Bayesian joint and individual component regression for multigroup physiological data


Creative Commons License

Kara M., Cengiz M. A., Dünder E., Şenel T.

SCIENTIFIC REPORTS, cilt.2026, sa.16, ss.1-18, 2026 (SCI-Expanded, Scopus) identifier identifier

  • Yayın Türü: Makale / Tam Makale
  • Cilt numarası: 2026 Sayı: 16
  • Basım Tarihi: 2026
  • Doi Numarası: 10.1038/s41598-026-52063-z
  • Dergi Adı: SCIENTIFIC REPORTS
  • Derginin Tarandığı İndeksler: Scopus, Science Citation Index Expanded (SCI-EXPANDED), BIOSIS, Chemical Abstracts Core, MEDLINE, Directory of Open Access Journals
  • Sayfa Sayıları: ss.1-18
  • Açık Arşiv Koleksiyonu: AVESİS Açık Erişim Koleksiyonu
  • Ondokuz Mayıs Üniversitesi Adresli: Evet

Özet

Heterogeneous multigroup data often contain both globally shared and group-specific components, posing challenges for conventional regression models.
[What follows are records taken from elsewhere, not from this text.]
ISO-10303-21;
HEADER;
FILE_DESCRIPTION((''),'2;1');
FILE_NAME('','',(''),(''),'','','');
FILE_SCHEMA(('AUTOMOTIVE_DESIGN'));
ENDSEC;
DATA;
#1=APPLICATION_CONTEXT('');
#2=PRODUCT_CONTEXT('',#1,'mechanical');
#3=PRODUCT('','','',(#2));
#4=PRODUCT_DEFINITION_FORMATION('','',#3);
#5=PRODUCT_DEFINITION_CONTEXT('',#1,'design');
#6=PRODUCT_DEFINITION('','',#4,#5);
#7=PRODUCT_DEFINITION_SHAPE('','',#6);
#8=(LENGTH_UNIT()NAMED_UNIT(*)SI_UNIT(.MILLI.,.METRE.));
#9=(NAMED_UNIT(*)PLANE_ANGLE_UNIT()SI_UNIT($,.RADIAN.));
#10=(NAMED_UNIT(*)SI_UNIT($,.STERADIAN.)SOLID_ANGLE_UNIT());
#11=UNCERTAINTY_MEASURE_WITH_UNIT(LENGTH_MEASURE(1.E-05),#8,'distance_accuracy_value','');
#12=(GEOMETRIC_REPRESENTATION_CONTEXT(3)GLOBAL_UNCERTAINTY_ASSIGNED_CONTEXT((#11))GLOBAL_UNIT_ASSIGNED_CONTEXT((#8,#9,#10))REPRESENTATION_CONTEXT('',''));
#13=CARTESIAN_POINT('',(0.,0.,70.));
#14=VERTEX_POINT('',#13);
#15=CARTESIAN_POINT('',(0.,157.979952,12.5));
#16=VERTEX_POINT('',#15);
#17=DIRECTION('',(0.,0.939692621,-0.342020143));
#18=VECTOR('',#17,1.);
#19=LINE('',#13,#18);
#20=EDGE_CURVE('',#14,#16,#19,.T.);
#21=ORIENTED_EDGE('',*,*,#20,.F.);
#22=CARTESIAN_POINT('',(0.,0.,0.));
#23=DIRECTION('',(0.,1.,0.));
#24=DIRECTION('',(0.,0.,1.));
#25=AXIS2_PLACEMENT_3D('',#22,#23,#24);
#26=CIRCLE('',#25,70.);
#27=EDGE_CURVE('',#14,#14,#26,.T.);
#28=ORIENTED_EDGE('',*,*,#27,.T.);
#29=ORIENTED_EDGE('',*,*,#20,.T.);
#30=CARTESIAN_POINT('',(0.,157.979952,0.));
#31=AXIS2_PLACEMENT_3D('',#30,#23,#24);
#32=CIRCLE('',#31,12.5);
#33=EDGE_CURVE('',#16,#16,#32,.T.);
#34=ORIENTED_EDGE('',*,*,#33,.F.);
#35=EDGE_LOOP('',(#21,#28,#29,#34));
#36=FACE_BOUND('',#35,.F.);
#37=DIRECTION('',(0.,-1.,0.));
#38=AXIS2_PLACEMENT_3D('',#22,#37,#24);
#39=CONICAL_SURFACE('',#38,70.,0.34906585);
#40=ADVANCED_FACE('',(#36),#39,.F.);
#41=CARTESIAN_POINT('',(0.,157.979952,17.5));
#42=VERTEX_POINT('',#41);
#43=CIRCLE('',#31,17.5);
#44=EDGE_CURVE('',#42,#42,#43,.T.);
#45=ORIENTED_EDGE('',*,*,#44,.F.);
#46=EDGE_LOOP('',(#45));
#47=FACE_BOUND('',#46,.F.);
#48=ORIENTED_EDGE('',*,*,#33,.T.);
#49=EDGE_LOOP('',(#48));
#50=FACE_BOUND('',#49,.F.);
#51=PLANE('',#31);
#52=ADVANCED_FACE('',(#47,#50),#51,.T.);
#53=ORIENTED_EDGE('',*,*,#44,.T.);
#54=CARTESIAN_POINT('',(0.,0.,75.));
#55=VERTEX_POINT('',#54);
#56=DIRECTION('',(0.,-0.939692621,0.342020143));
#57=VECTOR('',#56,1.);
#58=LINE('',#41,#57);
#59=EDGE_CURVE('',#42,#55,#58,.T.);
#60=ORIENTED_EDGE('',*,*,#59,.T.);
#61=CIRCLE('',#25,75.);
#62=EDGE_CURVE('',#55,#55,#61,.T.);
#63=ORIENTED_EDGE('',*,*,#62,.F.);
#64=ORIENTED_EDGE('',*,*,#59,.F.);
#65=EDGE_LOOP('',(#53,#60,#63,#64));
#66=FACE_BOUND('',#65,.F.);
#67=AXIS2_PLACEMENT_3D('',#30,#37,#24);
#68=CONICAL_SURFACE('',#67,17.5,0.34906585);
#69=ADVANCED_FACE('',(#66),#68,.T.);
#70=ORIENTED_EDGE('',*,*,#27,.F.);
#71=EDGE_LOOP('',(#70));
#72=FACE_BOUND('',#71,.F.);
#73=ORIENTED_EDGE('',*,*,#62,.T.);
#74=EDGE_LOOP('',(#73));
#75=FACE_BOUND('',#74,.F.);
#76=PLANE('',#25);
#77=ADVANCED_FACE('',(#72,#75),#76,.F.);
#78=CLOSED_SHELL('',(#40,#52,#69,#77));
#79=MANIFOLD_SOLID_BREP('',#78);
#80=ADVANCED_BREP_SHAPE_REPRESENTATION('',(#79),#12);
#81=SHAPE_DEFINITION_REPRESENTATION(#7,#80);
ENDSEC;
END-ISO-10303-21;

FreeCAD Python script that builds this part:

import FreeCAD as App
import Part
import Sketcher

V = App.Vector
Q = App.Units.Quantity


def add_polygon(sketch, points):
    """Adds a closed chain of lines whose ends are joined by coincident constraints."""
    first, n = sketch.GeometryCount, len(points)
    for a, b in zip(points, points[1:] + points[:1]):
        sketch.addGeometry(Part.LineSegment(App.Vector(*a, 0), App.Vector(*b, 0)), False)
    for i in range(n):
        sketch.addConstraint(Sketcher.Constraint("Coincident", first + i, 2, first + (i + 1) % n, 1))

doc = App.newDocument("Part")
body = doc.addObject("PartDesign::Body", "Body")

# Sketch on YZ plane
sketch1 = body.newObject("Sketcher::SketchObject", "Sketch")
sketch1.AttachmentSupport = (doc.getObject("YZ_Plane"), [""])
sketch1.MapMode = "FlatFace"
add_polygon(sketch1, [(158, 18), (0, 75), (0, 70), (158, 12)])  # lines 0-3
sketch1.addConstraint([
    Sketcher.Constraint("Vertical", 1),
    Sketcher.Constraint("Vertical", 3),
    Sketcher.Constraint("PointOnObject", 0, 2, -2),
    Sketcher.Constraint("Parallel", 0, 2),
    Sketcher.Constraint("DistanceY", 1, 2, 1, 1, Q("5 mm")),
    Sketcher.Constraint("Angle", 0, Q("160 deg")),
    Sketcher.Constraint("DistanceY", -1, 1, 0, 2, Q("75 mm")),
    Sketcher.Constraint("DistanceY", -1, 1, 2, 2, Q("12.5 mm")),
])
revolution = body.newObject("PartDesign::Revolution", "Revolution")
revolution.Profile = sketch1
revolution.ReferenceAxis = (sketch1, ["H_Axis"])
revolution.Angle = 360

doc.recompute()
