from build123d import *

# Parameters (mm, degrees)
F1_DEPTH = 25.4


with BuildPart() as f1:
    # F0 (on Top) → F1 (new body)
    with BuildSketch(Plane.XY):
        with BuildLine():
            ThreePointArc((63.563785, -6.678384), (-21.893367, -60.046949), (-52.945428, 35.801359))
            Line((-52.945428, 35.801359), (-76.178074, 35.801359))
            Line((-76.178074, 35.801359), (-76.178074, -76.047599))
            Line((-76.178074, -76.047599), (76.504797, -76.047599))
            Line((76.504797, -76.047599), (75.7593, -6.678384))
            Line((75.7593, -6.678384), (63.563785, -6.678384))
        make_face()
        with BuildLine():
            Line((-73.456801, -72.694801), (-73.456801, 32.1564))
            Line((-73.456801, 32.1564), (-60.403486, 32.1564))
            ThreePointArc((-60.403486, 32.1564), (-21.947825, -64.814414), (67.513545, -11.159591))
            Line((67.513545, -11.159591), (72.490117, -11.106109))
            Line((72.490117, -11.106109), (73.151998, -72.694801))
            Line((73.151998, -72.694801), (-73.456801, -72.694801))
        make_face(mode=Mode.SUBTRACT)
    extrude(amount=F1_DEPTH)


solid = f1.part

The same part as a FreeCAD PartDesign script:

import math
import FreeCAD as App
import Part
import Sketcher

V = App.Vector
Q = App.Units.Quantity

doc = App.newDocument("Part")
body = doc.addObject("PartDesign::Body", "Body")

# Sketch on XY plane
sketch1 = doc.addObject("Sketcher::SketchObject", "Sketch")
body.addObject(sketch1)
sketch1.AttachmentSupport = (doc.XY_Plane, [""])
sketch1.MapMode = "FlatFace"
sketch1.addGeometry(Part.ArcOfCircle(Part.Circle(V(0, 0, 0), V(0, 0, 1), 63.9), math.radians(146), math.radians(354)), False)
sketch1.addGeometry(Part.LineSegment(V(-52.9, 35.8, 0), V(-76.2, 35.8, 0)), False)
sketch1.addGeometry(Part.LineSegment(V(-76.2, 35.8, 0), V(-76.2, -76, 0)), False)
sketch1.addGeometry(Part.LineSegment(V(-76.2, -76, 0), V(76.5, -76, 0)), False)
sketch1.addGeometry(Part.LineSegment(V(76.5, -76, 0), V(75.8, -6.7, 0)), False)
sketch1.addGeometry(Part.LineSegment(V(75.8, -6.7, 0), V(63.6, -6.7, 0)), False)
sketch1.addGeometry(Part.LineSegment(V(73.2, -72.7, 0), V(-73.5, -72.7, 0)), False)
sketch1.addGeometry(Part.LineSegment(V(-73.5, -72.7, 0), V(-73.5, 32.2, 0)), False)
sketch1.addGeometry(Part.LineSegment(V(-73.5, 32.2, 0), V(-60.4, 32.2, 0)), False)
sketch1.addGeometry(Part.ArcOfCircle(Part.Circle(V(0, 0, 0), V(0, 0, 1), 68.4), math.radians(152), math.radians(351)), False)
sketch1.addGeometry(Part.LineSegment(V(67.5, -11.2, 0), V(72.5, -11.1, 0)), False)
sketch1.addGeometry(Part.LineSegment(V(72.5, -11.1, 0), V(73.2, -72.7, 0)), False)
sketch1.addConstraint(Sketcher.Constraint("Coincident", 0, 1, 1, 1))
sketch1.addConstraint(Sketcher.Constraint("Coincident", 1, 2, 2, 1))
sketch1.addConstraint(Sketcher.Constraint("Coincident", 2, 2, 3, 1))
sketch1.addConstraint(Sketcher.Constraint("Coincident", 3, 2, 4, 1))
sketch1.addConstraint(Sketcher.Constraint("Coincident", 4, 2, 5, 1))
sketch1.addConstraint(Sketcher.Constraint("Coincident", 5, 2, 0, 2))
sketch1.addConstraint(Sketcher.Constraint("Coincident", 6, 2, 7, 1))
sketch1.addConstraint(Sketcher.Constraint("Coincident", 7, 2, 8, 1))
sketch1.addConstraint(Sketcher.Constraint("Coincident", 8, 2, 9, 1))
sketch1.addConstraint(Sketcher.Constraint("Coincident", 9, 2, 10, 1))
sketch1.addConstraint(Sketcher.Constraint("Coincident", 10, 2, 11, 1))
sketch1.addConstraint(Sketcher.Constraint("Coincident", 11, 2, 6, 1))
sketch1.addConstraint(Sketcher.Constraint("Horizontal", 1))
sketch1.addConstraint(Sketcher.Constraint("Vertical", 2))
sketch1.addConstraint(Sketcher.Constraint("Horizontal", 3))
sketch1.addConstraint(Sketcher.Constraint("Horizontal", 5))
sketch1.addConstraint(Sketcher.Constraint("Horizontal", 6))
sketch1.addConstraint(Sketcher.Constraint("Vertical", 7))
sketch1.addConstraint(Sketcher.Constraint("Horizontal", 8))
sketch1.addConstraint(Sketcher.Constraint("Coincident", 0, 3, -1, 1))
sketch1.addConstraint(Sketcher.Constraint("Coincident", 9, 3, -1, 1))
sketch1.addConstraint(Sketcher.Constraint("Perpendicular", 4, 10))
sketch1.addConstraint(Sketcher.Constraint("Perpendicular", 10, 11))
sketch1.addConstraint(Sketcher.Constraint("DistanceX", 6, 2, 6, 1, Q("5.772 in")))
sketch1.addConstraint(Sketcher.Constraint("DistanceY", 7, 1, 7, 2, Q("4.128 in")))
sketch1.addConstraint(Sketcher.Constraint("DistanceX", -1, 1, 11, 2, Q("2.8799999 in")))
sketch1.addConstraint(Sketcher.Constraint("DistanceY", 2, 2, -1, 1, Q("2.994 in")))
sketch1.addConstraint(Sketcher.Constraint("DistanceX", -1, 1, 3, 2, Q("3.0119999 in")))
sketch1.addConstraint(Sketcher.Constraint("DistanceY", 6, 2, -1, 1, Q("2.862 in")))
sketch1.addConstraint(Sketcher.Constraint("Radius", 0, Q("63.913657 mm")))
sketch1.addConstraint(Sketcher.Constraint("Radius", 9, Q("68.429637 mm")))
sketch1.addConstraint(Sketcher.Constraint("DistanceX", 3, 1, 3, 2, Q("152.682871 mm")))
sketch1.addConstraint(Sketcher.Constraint("DistanceY", 2, 2, 2, 1, Q("111.848958 mm")))
sketch1.addConstraint(Sketcher.Constraint("DistanceX", -1, 1, 4, 2, Q("75.7593 mm")))
sketch1.addConstraint(Sketcher.Constraint("Distance", 4, Q("69.373221 mm")))
sketch1.addConstraint(Sketcher.Constraint("Distance", 10, Q("4.976859 mm")))
pad1 = doc.addObject("PartDesign::Pad", "Pad")
body.addObject(pad1)
pad1.Profile = sketch1
pad1.Length = Q("1 in")

doc.recompute()
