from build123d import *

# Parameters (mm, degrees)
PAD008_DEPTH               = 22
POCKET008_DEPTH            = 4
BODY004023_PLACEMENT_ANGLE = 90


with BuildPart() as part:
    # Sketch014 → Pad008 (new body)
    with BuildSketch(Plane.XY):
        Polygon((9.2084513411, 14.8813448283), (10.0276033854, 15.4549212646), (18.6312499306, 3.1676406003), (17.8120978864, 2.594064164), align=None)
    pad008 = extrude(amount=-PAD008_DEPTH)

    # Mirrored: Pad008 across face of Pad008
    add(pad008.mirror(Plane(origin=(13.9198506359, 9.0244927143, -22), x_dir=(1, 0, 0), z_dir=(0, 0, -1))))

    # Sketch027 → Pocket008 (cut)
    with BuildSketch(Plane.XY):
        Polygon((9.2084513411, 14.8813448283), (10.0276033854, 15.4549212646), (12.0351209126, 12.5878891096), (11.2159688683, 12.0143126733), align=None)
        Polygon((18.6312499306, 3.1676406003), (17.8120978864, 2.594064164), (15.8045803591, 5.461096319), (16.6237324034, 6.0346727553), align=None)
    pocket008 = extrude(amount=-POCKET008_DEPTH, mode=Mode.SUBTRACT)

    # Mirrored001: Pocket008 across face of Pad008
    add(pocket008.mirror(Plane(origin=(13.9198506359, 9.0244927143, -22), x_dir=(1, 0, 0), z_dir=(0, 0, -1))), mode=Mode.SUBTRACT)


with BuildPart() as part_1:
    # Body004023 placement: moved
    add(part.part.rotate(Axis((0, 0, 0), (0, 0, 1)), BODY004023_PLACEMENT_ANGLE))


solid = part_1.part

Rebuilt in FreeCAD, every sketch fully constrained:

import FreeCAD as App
import Part
import Sketcher
Q = App.Units.Quantity


def add_polygon(sketch, points):
    """Adds a closed chain of lines whose ends are joined by coincident constraints."""
    first, n = sketch.GeometryCount, len(points)
    for a, b in zip(points, points[1:] + points[:1]):
        sketch.addGeometry(Part.LineSegment(App.Vector(*a, 0), App.Vector(*b, 0)), False)
    for i in range(n):
        sketch.addConstraint(Sketcher.Constraint("Coincident", first + i, 2, first + (i + 1) % n, 1))

doc = App.newDocument("Part")
params = doc.addObject("Spreadsheet::Sheet", "Params")
for row, (alias, value) in enumerate([
    ("sketch1_length", "1 mm"),
    ("sketch1_length2", "15 mm"),
    ("pad1_length", "22 mm"),
    ("sketch2_length", "1 mm"),
    ("sketch2_length2", "3.5 mm"),
    ("pocket1_length", "4 mm"),
], start=1):
    params.set(f"A{row}", alias)
    params.set(f"B{row}", "=" + value)
    params.setAlias(f"B{row}", alias)

body = doc.addObject("PartDesign::Body", "Body")

sketch1 = body.newObject("Sketcher::SketchObject", "Sketch")
sketch1.AttachmentSupport = (doc.getObject("XY_Plane"), [""])
sketch1.MapMode = "FlatFace"
add_polygon(sketch1, [(10.027603, 15.454921), (9.208451, 14.881345), (17.812098, 2.594064), (18.63125, 3.167641)])
sketch1.addConstraint(Sketcher.Constraint("Perpendicular", 0, 1))
sketch1.addConstraint(Sketcher.Constraint("Perpendicular", 1, 2))
sketch1.addConstraint(Sketcher.Constraint("Perpendicular", 2, 3))
sketch1.addConstraint(Sketcher.Constraint("Angle", 0, Q("-145 deg")))
sketch1.addConstraint(Sketcher.Constraint("Distance", 0, 1.0))
sketch1.addConstraint(Sketcher.Constraint("Distance", 1, 15.0))
sketch1.addConstraint(Sketcher.Constraint("DistanceX", -1, 1, 0, 2, 9.208451))
sketch1.addConstraint(Sketcher.Constraint("DistanceY", -1, 1, 2, 2, 3.167641))
sketch1.setExpression("Constraints[8]", "Params.sketch1_length")
sketch1.setExpression("Constraints[9]", "Params.sketch1_length2")
pad1 = body.newObject("PartDesign::Pad", "Pad")
pad1.Profile = sketch1
pad1.setExpression("Length", "Params.pad1_length")
pad1.Reversed = True
doc.recompute()

datumplane = body.newObject("PartDesign::Plane", "DatumPlane")
datumplane.AttachmentSupport = (doc.getObject("XY_Plane"), [""])
datumplane.MapMode = "FlatFace"
datumplane.AttachmentOffset = App.Placement(App.Vector(0, 0, -22), App.Rotation())
mirrored = body.newObject("PartDesign::Mirrored", "Mirrored")
mirrored.Originals = [pad1]
mirrored.MirrorPlane = (datumplane, [""])
body.Tip = mirrored

sketch2 = body.newObject("Sketcher::SketchObject", "Sketch001")
sketch2.AttachmentSupport = (doc.getObject("XY_Plane"), [""])
sketch2.MapMode = "FlatFace"
add_polygon(sketch2, [(10.027603, 15.454921), (9.208451, 14.881345), (11.215969, 12.014313), (12.035121, 12.587889)])
add_polygon(sketch2, [(17.812098, 2.594064), (18.63125, 3.167641), (16.623732, 6.034673), (15.80458, 5.461096)])
sketch2.addConstraint(Sketcher.Constraint("Perpendicular", 0, 1))
sketch2.addConstraint(Sketcher.Constraint("Perpendicular", 1, 2))
sketch2.addConstraint(Sketcher.Constraint("Perpendicular", 2, 3))
sketch2.addConstraint(Sketcher.Constraint("Perpendicular", 3, 4))
sketch2.addConstraint(Sketcher.Constraint("Perpendicular", 4, 5))
sketch2.addConstraint(Sketcher.Constraint("Perpendicular", 5, 6))
sketch2.addConstraint(Sketcher.Constraint("Perpendicular", 6, 7))
sketch2.addConstraint(Sketcher.Constraint("Equal", 2, 4))
sketch2.addConstraint(Sketcher.Constraint("Equal", 3, 5))
sketch2.addConstraint(Sketcher.Constraint("Angle", 0, Q("-145 deg")))
sketch2.addConstraint(Sketcher.Constraint("Distance", 0, 1.0))
sketch2.addConstraint(Sketcher.Constraint("Distance", 1, 3.5))
sketch2.addConstraint(Sketcher.Constraint("DistanceX", 0, 2, 4, 2, 9.422799))
sketch2.addConstraint(Sketcher.Constraint("DistanceX", -1, 1, 0, 2, 9.208451))
sketch2.addConstraint(Sketcher.Constraint("DistanceY", -1, 1, 2, 2, 12.587889))
sketch2.addConstraint(Sketcher.Constraint("DistanceY", -1, 1, 4, 2, 3.167641))
sketch2.setExpression("Constraints[18]", "Params.sketch2_length")
sketch2.setExpression("Constraints[19]", "Params.sketch2_length2")
pocket1 = body.newObject("PartDesign::Pocket", "Pocket")
pocket1.Profile = sketch2
pocket1.setExpression("Length", "Params.pocket1_length")
doc.recompute()

datumplane2 = body.newObject("PartDesign::Plane", "DatumPlane001")
datumplane2.AttachmentSupport = (doc.getObject("XY_Plane"), [""])
datumplane2.MapMode = "FlatFace"
datumplane2.AttachmentOffset = App.Placement(App.Vector(0, 0, -22), App.Rotation())
mirrored2 = body.newObject("PartDesign::Mirrored", "Mirrored001")
mirrored2.Originals = [pocket1]
mirrored2.MirrorPlane = (datumplane2, [""])
body.Tip = mirrored2
body2 = doc.addObject("PartDesign::Body", "Body001")
doc.recompute()

body.Placement = App.Placement(App.Vector(0, 0, 0), App.Rotation(App.Vector(0, 0, 1), 90))
boolean = body2.newObject("PartDesign::Boolean", "Boolean")
boolean.Type = "Fuse"
boolean.addObjects([body])

doc.recompute()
Such data structures are increasingly common in medical research, particularly in radiology and biomedical imaging, where patient populations are naturally heterogeneous across disease subtypes, demographic groups, or imaging modalities. While methods such as Joint and Individual Component Regression (JICO) address this separation, they lack mechanisms to quantify uncertainty and incorporate prior knowledge. In this study, we propose a Bayesian Joint and Individual Component Regression (Bayesian-JICO) framework that extends JICO with a probabilistic formulation. The Bayesian approach enables uncertainty quantification through posterior distributions and credible intervals, offering more reliable inference, especially with limited sample sizes. Posterior estimation was performed via Markov Chain Monte Carlo (MCMC), and the model was evaluated using both simulated scenarios and the publicly available Australian Institute of Sport (AIS) dataset, which contains physiological and hematological measurements of elite athletes. Results demonstrate that Bayesian-JICO outperforms traditional methods in predictive accuracy, interpretability, and robustness, while providing credible intervals for parameter estimates. This framework offers a comprehensive and uncertainty-aware solution for multigroup regression, with broad applicability across biomedical, radiological, environmental, and social sciences.